Another option is to use integrations and APIs to connect HubSpot with other enterprise applications, such as ERP or supply chain management systems. This allows you to leverage the power of HubSpot’s CRM while still using other systems for more complex data management tasks.

[ Related: The Problem with the Modern Data Stack ]

How to unify HubSpot’s database schema with other systems

Unifying HubSpot’s database schema with other systems can often be a challenging task, especially when it comes to reconciling different data structures and formats. However, it’s a critical step to ensure that your business can efficiently use data from HubSpot alongside your other systems, whether for analytics, marketing automation, customer relationship management, or other operations.

This is where Syncari comes into play. Syncari is a platform designed to help businesses manage their data across various systems, including HubSpot. The platform offers a robust set of tools that can help you unify your database schemas, making it easier to keep your data consistent, accurate, and up-to-date.

One of the key features of Syncari is its ability to create a unified data model. Instead of dealing with disparate data structures across different systems, Syncari allows you to define a single, overarching model that encompasses all of your data sources. This unified model enables you to map fields from HubSpot’s database schema to corresponding fields in your other systems, even if they use different names or formats. This way, you can ensure that every system uses a consistent data structure.

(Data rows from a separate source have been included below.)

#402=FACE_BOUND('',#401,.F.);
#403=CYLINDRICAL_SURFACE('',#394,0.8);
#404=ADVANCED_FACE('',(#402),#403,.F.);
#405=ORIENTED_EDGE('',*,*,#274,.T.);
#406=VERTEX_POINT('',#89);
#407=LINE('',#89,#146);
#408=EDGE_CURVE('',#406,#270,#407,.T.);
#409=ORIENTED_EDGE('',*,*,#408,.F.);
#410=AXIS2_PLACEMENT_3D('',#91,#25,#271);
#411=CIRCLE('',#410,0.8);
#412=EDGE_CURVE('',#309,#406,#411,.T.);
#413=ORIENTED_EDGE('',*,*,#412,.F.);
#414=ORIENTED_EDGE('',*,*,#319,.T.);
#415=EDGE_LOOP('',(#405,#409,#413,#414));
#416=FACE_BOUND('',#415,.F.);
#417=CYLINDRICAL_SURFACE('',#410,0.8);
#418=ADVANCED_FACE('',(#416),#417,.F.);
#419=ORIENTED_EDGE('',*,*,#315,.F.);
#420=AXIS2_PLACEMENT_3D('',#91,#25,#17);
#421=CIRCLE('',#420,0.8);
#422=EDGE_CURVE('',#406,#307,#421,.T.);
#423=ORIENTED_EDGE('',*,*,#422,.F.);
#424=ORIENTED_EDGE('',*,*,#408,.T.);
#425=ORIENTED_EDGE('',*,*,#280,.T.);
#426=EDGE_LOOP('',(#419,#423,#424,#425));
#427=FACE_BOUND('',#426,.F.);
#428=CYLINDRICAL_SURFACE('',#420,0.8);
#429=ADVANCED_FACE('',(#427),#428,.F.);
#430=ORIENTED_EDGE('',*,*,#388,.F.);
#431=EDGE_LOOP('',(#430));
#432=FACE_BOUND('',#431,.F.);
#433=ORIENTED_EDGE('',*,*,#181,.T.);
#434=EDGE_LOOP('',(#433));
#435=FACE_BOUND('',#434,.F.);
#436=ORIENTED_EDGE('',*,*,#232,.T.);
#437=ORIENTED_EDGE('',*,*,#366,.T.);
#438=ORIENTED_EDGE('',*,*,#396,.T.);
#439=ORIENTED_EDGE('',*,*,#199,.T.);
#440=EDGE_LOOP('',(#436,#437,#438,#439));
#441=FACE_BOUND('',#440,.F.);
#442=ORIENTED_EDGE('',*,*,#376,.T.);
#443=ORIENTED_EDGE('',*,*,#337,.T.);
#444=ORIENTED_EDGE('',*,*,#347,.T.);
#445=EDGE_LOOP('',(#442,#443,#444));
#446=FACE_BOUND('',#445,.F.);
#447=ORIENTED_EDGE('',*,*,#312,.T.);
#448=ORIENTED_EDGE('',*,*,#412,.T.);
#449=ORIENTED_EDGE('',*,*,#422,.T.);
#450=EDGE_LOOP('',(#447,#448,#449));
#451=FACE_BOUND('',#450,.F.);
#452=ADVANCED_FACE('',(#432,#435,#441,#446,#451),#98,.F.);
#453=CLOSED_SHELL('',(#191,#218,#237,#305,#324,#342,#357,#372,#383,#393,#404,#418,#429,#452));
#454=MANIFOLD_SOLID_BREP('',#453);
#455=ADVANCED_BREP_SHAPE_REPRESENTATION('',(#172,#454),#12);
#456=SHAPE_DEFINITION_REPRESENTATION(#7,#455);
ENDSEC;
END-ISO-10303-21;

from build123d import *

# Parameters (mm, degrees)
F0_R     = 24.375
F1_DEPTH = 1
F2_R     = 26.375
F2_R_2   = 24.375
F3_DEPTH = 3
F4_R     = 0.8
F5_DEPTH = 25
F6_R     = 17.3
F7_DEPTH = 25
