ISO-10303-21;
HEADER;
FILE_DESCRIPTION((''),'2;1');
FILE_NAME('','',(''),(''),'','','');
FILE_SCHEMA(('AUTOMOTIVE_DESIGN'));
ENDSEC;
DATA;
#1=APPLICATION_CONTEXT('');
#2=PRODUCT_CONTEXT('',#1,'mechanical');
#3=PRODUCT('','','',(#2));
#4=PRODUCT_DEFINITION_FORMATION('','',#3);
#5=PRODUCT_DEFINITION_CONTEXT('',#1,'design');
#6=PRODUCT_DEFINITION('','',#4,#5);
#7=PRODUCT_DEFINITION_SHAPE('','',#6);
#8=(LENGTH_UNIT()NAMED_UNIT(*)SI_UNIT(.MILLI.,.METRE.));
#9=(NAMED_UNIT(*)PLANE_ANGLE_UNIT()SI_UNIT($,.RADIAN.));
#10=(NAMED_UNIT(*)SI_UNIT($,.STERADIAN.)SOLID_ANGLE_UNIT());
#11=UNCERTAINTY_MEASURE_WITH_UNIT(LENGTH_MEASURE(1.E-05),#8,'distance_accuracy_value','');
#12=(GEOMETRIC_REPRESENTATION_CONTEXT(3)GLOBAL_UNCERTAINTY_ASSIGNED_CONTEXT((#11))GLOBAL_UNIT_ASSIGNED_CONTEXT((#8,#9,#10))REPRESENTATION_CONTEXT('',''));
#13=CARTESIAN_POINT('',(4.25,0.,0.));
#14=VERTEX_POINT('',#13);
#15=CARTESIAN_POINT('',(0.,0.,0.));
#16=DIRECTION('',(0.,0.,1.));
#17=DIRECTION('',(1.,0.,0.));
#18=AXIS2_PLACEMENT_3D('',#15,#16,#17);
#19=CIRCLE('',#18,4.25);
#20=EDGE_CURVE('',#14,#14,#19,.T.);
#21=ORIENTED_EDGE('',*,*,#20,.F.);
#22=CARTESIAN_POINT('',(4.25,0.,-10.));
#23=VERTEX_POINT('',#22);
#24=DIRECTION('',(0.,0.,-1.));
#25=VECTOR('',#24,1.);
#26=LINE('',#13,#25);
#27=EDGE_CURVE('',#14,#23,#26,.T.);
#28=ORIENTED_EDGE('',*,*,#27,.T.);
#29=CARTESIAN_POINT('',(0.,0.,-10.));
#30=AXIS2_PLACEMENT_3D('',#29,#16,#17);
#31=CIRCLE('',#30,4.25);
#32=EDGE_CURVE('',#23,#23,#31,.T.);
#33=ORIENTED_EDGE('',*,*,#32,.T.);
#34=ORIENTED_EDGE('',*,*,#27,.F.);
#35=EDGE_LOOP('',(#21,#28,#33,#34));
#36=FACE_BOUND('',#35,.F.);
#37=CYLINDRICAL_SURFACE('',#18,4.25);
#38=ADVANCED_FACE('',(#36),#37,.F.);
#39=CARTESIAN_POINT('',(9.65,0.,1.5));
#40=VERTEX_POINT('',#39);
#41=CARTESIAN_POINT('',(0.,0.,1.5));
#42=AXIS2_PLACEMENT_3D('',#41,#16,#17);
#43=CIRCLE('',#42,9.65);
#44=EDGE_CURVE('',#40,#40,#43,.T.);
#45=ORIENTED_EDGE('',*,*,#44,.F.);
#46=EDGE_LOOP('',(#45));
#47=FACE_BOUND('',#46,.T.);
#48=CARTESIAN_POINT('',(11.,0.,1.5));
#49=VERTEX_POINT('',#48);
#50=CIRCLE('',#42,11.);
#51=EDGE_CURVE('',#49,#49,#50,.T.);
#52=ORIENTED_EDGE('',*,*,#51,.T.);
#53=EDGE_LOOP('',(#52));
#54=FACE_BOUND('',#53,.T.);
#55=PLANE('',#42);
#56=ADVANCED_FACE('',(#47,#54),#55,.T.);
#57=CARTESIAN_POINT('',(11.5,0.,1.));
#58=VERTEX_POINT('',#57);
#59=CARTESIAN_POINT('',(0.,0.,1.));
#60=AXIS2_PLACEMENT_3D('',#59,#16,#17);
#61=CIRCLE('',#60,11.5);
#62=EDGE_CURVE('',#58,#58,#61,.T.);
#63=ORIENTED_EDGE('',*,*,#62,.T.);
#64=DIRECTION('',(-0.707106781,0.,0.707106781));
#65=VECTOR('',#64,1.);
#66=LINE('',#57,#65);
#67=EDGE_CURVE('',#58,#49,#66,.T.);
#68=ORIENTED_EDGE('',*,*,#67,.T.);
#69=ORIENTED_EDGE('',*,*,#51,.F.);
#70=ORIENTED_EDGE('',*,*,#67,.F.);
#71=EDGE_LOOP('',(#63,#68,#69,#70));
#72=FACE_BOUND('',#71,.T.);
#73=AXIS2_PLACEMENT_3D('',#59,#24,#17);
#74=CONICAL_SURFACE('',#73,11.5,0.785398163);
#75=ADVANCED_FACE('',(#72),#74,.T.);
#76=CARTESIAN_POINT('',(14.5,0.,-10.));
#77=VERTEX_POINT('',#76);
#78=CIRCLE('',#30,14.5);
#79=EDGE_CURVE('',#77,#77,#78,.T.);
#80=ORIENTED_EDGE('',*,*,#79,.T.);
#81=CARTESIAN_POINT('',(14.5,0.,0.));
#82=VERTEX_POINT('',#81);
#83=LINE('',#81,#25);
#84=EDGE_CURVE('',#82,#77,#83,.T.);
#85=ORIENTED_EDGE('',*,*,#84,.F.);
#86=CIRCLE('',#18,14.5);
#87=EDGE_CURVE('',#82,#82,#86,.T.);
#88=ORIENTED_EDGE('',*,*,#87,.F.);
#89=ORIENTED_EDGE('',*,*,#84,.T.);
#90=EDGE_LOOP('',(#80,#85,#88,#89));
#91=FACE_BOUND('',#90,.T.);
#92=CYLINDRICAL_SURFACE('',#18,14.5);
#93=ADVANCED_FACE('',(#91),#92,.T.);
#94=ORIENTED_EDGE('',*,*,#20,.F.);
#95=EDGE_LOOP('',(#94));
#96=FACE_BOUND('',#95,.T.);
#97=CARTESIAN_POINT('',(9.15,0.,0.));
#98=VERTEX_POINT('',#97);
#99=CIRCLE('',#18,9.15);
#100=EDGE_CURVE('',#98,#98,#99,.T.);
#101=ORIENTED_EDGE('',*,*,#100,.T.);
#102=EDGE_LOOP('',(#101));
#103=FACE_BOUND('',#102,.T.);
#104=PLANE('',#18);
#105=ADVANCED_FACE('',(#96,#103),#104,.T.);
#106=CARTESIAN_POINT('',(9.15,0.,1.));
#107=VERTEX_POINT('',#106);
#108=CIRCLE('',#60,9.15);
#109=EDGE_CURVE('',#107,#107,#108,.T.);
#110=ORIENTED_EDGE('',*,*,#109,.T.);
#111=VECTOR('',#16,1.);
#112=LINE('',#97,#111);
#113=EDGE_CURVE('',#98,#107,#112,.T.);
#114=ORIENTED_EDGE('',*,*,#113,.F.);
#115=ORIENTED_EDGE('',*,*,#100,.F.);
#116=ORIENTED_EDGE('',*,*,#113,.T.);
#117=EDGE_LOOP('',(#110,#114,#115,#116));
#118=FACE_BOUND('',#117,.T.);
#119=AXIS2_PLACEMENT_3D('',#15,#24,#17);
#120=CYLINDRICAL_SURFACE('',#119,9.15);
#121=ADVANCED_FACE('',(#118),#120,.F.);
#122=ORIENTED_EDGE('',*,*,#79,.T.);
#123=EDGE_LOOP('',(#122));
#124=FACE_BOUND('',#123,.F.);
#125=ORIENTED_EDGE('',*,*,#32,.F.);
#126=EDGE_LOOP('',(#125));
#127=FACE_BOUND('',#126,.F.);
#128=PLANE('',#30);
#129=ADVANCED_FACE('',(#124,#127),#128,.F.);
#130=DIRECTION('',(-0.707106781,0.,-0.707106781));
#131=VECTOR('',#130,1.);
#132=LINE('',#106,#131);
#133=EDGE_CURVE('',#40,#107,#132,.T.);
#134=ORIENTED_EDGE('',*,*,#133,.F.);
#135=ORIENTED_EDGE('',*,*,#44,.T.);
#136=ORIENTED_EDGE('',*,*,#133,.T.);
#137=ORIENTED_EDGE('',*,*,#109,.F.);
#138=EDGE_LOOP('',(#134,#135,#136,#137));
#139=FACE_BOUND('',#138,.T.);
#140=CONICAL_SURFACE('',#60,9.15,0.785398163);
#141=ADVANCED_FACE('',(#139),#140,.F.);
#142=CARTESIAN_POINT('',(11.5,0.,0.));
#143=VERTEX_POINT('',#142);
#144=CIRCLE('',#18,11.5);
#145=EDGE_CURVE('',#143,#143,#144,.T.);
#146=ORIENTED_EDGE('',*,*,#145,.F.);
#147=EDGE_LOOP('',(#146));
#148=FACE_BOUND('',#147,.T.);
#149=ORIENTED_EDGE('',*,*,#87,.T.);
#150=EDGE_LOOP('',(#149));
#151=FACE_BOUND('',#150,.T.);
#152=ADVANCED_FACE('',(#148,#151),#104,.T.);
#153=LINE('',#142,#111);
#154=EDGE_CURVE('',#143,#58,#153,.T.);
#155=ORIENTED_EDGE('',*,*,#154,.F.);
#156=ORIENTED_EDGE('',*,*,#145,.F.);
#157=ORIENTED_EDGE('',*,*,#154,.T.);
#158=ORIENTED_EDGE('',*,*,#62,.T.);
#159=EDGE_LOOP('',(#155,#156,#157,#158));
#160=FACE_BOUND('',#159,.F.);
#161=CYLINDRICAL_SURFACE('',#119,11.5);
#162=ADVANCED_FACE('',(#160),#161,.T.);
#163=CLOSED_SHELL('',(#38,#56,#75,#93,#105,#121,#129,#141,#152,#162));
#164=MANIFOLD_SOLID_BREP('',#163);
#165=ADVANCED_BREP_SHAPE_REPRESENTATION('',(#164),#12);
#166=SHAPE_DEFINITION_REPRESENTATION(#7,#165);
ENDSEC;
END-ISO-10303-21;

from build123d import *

# Parameters (mm, degrees)
F0_R     = 14.5
F0_R_2   = 11.5
F0_R_3   = 9.15
F0_R_4   = 4.25
F1_DEPTH = 10
F2_DEPTH = 1.5
F3_SIZE  = 0.5


with BuildPart() as f1:
    # F0 (on Top) → F1 (new body)
    with BuildSketch(Plane.XY):
        Circle(F0_R)
        Circle(F0_R_2, mode=Mode.SUBTRACT)
        Circle(F0_R_2)
        Circle(F0_R_3, mode=Mode.SUBTRACT)
        Circle(F0_R_3)
        Circle(F0_R_4, mode=Mode.SUBTRACT)
    extrude(amount=-F1_DEPTH)

    # F0 (on Top) → F2 (join)
    with BuildSketch(Plane.XY):
        Circle(F0_R_2)
        Circle(F0_R_3, mode=Mode.SUBTRACT)
    extrude(amount=F2_DEPTH)

    # F3
    f3_edges = [f1.edges().sort_by_distance(p)[0] for p in [
        (-11.5, 0, 1.5),
        (-9.15, 0, 1.5),
    ]]
    chamfer(f3_edges, length=F3_SIZE)


solid = f1.part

Syncari also offers near real-time stateful data synchronization capabilities. Unlike traditional integration methods that simply move data from one place to another, synchronization ensures that your data remains consistent across all systems at all times. So, if a contact’s information is updated in HubSpot, that change will immediately be reflected in all your other systems as well.

Moreover, Syncari’s powerful automation features can help streamline your data management processes. You can set up rules and workflows that automatically clean, transform, and unify your data as it moves between systems. This not only saves time but also reduces the risk of errors that can occur when handling data manually.

[ Related: Get a Syncari demo ]


HubSpot’s database schema is designed to be flexible and easy to use, with a small set of core objects that work seamlessly together. While it does have some limitations, HubSpot’s custom objects and integrations allow you to extend the schema to meet the needs of enterprise companies. 

But with the help of Syncari, you can ensure that HubSpot’s data works harmoniously with your other systems, regardless of their individual database schemas. By enabling you to create a unified data model, synchronize data in real-time, and automate your data management processes, Syncari makes it easier to leverage the full potential of your data across all your business operations.